According to the Koran Jesus was never crucified. Instead the Muslim argues that the early disciples were deceived and that Allah delivered Jesus. According to Sura 4:156-157:
“And [for] their saying, “Indeed, we have killed the Messiah, Jesus, the son of Mary, the messenger of Allah .” And they did not kill him, nor did they crucify him; but [another] was made to resemble him to them. And indeed, those who differ over it are in doubt about it. They have no knowledge of it except the following of assumption. And they did not kill him, for certain.”
As far as I know, no professional historian (from the radicals to the conservatives, and all those who fall in-between) doubts that Jesus was crucified, an event attested to at least in 11 independent sources and that is further supported by persuasive arguments (in terms of archaeology and several criterion of authenticity). This means that Muslim apologists, in order to protect their faith, must paddle against the current of professional scholarship on a historical fact that is obvious to all. And a historical fact that musters good evidence in its favour.
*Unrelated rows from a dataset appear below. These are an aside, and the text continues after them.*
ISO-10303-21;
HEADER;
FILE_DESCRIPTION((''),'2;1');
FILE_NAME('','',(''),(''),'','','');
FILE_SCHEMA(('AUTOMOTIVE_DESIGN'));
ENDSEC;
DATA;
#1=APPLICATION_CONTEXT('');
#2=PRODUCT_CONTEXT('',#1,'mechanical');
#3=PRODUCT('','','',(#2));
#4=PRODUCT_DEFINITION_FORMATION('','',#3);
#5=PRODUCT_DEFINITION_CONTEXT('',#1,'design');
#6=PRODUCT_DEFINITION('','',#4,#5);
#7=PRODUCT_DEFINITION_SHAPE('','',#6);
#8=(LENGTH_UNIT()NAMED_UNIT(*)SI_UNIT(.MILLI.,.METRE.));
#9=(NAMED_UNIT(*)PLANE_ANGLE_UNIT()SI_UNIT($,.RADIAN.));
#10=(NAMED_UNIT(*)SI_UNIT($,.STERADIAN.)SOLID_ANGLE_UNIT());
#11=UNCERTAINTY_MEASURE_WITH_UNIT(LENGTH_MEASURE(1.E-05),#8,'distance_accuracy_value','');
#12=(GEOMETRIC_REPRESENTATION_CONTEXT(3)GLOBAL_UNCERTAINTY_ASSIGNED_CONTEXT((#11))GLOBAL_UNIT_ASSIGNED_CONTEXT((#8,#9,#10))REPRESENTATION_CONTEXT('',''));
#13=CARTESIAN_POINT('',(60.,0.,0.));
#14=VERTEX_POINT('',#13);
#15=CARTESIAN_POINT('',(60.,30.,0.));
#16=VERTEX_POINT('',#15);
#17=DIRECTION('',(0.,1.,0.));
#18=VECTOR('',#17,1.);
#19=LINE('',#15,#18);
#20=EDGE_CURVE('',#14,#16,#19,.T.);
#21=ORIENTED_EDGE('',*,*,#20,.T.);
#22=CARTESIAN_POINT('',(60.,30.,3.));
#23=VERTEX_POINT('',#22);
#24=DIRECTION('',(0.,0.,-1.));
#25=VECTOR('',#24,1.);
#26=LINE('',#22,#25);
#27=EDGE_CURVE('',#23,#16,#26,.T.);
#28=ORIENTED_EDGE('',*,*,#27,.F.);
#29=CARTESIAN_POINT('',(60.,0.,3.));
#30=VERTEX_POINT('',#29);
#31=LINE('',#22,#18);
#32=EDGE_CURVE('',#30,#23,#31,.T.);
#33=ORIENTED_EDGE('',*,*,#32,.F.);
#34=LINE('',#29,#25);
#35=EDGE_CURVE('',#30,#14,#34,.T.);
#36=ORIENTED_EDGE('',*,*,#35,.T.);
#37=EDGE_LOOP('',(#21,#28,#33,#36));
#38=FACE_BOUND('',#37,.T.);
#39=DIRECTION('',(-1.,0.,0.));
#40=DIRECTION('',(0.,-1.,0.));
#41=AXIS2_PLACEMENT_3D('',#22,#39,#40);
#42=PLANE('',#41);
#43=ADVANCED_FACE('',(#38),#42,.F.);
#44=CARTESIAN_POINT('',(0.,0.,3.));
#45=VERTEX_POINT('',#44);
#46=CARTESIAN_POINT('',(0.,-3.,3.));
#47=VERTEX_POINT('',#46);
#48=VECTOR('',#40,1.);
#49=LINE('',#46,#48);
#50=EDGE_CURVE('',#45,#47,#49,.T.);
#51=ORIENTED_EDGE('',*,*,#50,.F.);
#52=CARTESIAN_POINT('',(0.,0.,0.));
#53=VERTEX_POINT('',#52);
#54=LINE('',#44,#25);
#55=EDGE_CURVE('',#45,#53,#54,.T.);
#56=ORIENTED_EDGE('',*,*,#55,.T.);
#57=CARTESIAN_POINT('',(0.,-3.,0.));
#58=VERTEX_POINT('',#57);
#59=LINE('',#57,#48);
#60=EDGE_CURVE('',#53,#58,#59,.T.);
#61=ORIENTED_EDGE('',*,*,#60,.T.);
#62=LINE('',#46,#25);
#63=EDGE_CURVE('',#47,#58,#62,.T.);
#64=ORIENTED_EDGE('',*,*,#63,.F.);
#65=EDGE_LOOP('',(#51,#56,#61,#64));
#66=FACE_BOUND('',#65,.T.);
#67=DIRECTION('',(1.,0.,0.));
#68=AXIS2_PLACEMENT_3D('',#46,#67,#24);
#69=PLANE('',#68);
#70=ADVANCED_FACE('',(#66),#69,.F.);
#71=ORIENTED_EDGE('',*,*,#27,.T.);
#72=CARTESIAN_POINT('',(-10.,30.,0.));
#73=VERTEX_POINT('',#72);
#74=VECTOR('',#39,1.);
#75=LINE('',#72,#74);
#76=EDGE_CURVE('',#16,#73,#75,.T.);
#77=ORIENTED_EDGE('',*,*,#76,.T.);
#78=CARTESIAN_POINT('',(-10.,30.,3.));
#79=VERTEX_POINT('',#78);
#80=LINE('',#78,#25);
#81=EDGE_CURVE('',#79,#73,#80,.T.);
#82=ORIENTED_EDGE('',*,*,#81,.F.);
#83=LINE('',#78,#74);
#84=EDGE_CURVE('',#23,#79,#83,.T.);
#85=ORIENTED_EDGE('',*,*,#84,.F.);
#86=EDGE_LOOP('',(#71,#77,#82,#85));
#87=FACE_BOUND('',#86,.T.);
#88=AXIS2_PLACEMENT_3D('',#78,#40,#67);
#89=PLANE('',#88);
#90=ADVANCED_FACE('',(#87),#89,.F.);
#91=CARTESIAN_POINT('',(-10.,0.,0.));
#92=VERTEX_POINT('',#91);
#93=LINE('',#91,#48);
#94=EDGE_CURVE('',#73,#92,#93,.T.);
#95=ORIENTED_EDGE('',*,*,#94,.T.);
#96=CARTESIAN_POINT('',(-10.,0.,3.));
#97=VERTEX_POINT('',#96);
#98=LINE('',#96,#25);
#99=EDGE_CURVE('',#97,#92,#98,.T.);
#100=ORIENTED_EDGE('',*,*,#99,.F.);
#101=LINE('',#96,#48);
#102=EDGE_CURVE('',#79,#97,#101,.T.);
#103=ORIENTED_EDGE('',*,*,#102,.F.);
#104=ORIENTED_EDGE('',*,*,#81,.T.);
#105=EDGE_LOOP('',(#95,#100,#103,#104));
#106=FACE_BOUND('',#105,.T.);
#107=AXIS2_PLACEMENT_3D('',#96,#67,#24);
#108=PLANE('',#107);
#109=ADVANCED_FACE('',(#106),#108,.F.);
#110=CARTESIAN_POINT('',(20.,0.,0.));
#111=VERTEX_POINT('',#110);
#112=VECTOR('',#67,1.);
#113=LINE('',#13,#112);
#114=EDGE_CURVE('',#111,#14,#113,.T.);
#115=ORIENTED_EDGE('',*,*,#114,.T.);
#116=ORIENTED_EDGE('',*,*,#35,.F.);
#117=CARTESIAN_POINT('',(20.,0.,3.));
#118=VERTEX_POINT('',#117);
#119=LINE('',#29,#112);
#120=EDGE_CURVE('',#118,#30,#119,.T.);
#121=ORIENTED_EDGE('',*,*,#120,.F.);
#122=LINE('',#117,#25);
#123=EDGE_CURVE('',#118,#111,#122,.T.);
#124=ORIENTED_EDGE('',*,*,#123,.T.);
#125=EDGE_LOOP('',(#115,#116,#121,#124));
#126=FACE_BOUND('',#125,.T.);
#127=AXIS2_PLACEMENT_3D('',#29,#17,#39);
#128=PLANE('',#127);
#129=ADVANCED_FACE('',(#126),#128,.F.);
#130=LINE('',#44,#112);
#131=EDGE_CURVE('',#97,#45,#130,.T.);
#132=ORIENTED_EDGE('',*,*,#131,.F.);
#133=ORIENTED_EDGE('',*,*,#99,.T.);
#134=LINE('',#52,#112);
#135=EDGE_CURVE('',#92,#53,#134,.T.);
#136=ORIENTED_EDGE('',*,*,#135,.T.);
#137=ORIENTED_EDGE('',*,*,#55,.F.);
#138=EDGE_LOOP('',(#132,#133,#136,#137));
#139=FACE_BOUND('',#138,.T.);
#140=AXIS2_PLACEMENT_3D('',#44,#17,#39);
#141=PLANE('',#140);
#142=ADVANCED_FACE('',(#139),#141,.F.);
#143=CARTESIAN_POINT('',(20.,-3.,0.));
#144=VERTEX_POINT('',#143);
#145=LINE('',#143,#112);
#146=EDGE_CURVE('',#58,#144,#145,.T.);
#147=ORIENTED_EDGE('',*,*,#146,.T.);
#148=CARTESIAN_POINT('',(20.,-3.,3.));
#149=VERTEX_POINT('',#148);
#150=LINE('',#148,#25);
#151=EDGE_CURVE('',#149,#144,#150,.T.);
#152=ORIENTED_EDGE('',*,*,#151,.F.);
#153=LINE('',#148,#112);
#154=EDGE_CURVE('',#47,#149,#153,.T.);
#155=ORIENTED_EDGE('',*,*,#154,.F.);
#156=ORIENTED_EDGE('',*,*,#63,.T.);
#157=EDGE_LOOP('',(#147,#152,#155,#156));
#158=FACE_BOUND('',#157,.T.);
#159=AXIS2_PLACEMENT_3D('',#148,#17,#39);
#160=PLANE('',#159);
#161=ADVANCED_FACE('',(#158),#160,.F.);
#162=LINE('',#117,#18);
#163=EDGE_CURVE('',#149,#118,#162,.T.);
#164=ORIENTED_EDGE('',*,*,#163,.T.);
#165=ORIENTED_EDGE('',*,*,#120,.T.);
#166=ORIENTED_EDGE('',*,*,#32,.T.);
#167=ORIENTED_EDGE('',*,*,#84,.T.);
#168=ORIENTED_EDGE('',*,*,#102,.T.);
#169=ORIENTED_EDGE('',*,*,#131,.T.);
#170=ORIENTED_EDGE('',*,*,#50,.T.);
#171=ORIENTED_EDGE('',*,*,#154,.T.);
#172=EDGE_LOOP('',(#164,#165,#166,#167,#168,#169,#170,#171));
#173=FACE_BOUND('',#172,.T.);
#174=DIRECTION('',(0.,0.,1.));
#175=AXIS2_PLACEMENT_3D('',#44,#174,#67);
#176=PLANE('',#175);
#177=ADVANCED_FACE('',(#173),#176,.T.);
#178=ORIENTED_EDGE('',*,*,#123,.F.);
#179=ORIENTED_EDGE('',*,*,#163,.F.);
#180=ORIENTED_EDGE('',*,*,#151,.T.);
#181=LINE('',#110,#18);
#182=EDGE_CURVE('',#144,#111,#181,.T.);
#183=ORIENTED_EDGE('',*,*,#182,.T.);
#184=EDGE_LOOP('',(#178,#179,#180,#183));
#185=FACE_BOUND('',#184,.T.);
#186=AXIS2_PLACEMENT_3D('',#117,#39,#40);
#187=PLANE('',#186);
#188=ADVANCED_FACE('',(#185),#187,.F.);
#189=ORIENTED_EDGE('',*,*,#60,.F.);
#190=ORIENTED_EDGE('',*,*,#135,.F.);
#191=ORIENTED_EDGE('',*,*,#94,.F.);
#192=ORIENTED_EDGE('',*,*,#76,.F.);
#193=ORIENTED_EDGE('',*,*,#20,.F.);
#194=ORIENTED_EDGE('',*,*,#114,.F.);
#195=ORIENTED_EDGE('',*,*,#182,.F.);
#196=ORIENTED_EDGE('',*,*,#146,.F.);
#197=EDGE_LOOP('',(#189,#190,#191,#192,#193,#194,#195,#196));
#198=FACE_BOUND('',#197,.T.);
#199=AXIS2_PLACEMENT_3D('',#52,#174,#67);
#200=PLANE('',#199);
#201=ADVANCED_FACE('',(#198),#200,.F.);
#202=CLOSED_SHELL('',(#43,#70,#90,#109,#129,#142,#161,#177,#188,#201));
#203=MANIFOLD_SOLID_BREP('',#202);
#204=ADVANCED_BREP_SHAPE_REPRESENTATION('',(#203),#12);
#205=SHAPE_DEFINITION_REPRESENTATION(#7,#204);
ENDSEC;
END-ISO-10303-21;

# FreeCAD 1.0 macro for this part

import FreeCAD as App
import Part
import Sketcher
from FreeCAD import Vector

doc = App.newDocument("Part")
body = doc.addObject("PartDesign::Body", "Body")

sketch1 = doc.addObject("Sketcher::SketchObject", "Sketch")
body.addObject(sketch1)
sketch1.AttachmentSupport = (doc.XY_Plane, [""])
sketch1.MapMode = "FlatFace"
sketch1.addGeometry([
    Part.LineSegment(Vector(-10, 0, 0), Vector(0, 0, 0)),
    Part.LineSegment(Vector(0, 0, 0), Vector(0, -3, 0)),
    Part.LineSegment(Vector(0, -3, 0), Vector(20, -3, 0)),
    Part.LineSegment(Vector(20, -3, 0), Vector(20, 0, 0)),
    Part.LineSegment(Vector(20, 0, 0), Vector(60, 0, 0)),
    Part.LineSegment(Vector(60, 0, 0), Vector(60, 30, 0)),
    Part.LineSegment(Vector(60, 30, 0), Vector(-10, 30, 0)),
    Part.LineSegment(Vector(-10, 30, 0), Vector(-10, 0, 0)),
], False)
sketch1.addConstraint([
    Sketcher.Constraint("Coincident", 0, 2, 1, 1),
    Sketcher.Constraint("Coincident", 1, 2, 2, 1),
    Sketcher.Constraint("Coincident", 2, 2, 3, 1),
    Sketcher.Constraint("Coincident", 3, 2, 4, 1),
    Sketcher.Constraint("Coincident", 4, 2, 5, 1),
    Sketcher.Constraint("Coincident", 5, 2, 6, 1),
    Sketcher.Constraint("Coincident", 6, 2, 7, 1),
    Sketcher.Constraint("Coincident", 7, 2, 0, 1),
    Sketcher.Constraint("Horizontal", 0),
    Sketcher.Constraint("Vertical", 1),
    Sketcher.Constraint("Horizontal", 2),
    Sketcher.Constraint("Vertical", 3),
    Sketcher.Constraint("Horizontal", 4),
    Sketcher.Constraint("Vertical", 5),
    Sketcher.Constraint("Horizontal", 6),
    Sketcher.Constraint("Vertical", 7),
    Sketcher.Constraint("Coincident", 0, 2, -1, 1),
    Sketcher.Constraint("PointOnObject", 3, 2, -1),
    Sketcher.Constraint("DistanceX", 0, 1, 0, 2, 10.0),
    Sketcher.Constraint("DistanceX", 2, 1, 2, 2, 20.0),
    Sketcher.Constraint("DistanceX", 4, 1, 4, 2, 40.0),
    Sketcher.Constraint("DistanceY", 1, 2, 1, 1, 3.0),
    Sketcher.Constraint("DistanceY", 5, 1, 5, 2, 30.0),
])
pad1 = doc.addObject("PartDesign::Pad", "Pad")
body.addObject(pad1)
pad1.Profile = sketch1
pad1.Length = 3

doc.recompute()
However, the difficulty intensifies when one considers the nature of the evidence. For example, early attestation in textual sources for alleged events of history is a prized possession for historians, as professor David Fisher explains that a “historian must not merely provide good relevant evidence but the best relevant evidence. And the best relevant evidence, all things being equal, is evidence which is most nearly immediate to the event itself” (1). Of course, the closer the testimony to the purported events the more likely it has its roots in historical fact. This considered, how does the Koran, which claims Jesus was never crucified, compare in earliness to our best historical evidence?
We must realize the earliness and abundance of our evidence for the crucifixion. The crucifixion is attested to in at least 11 independent sources, the Pre-Mark Passion Narrative, Mark, Q, John, Paul, Hebrews, 1 Peter 2:24, Clement of Rome, Ignatius, Josephus Flavius, & Cornelius Tacitus. Of these 11 sources three of them are very early & independently attested as in a creedal formula (1 Cor. 15:1-11), hypothetical Q, and Pre-Markan Passion Narrative. This data falls between just five years (1 Cor. 15: 3-8 creed) to 85 years (Tacitus). That is solid data if we compare dates and the number of sources to many other figures of history. Agnostic historian and Professor Bart Ehrman claims that “Historians prefer to have lots of written sources, not just one or two. The more, obviously the better. If there were only two or two sources you might suspect that the stories were made up. But if there are lots of sources-just as when there are lots of eyewitnesses to a car accident-then it is hard to claim that any of them just happened to make it up” (2). We have this kind of corroboration and evidence for Jesus’ crucifixion.
However, when we consider the testimony of the Koran one is expected to believe that a 7th century text some 500 to 600 years removed from the latest of the above mentioned sources gets it right, and that the early sources get it wrong. In other words, we are to favour the late Koran over our early New Testament writers, church fathers, and ancient historians. The Muslim apologist will ignore all the evidence against the Koranic tradition in Sura 4 due to his theological belief that the angel Gabriel revealed to Muhammad the words of Allah. And that, for the Muslim, settles it. But for outsiders of Islam we don’t have to agree. In fact, we are able enough to weigh the evidence and come to our own informed conclusions grounded upon evidence.
One is simply left with two choices in this debate. Either one trusts the Koran despite its centuries late testimony, or one trusts an abundant body of textual evidence all agreeing on the central fact of Jesus crucifixion that dates well within 100 years of his death.
1. Fisher, D. 1970. Historians’ Fallacies: Toward a Logic of Historical Thought. p. 62.
2. Ehrman, B. 2012. Did Jesus Exist. p. 40-41.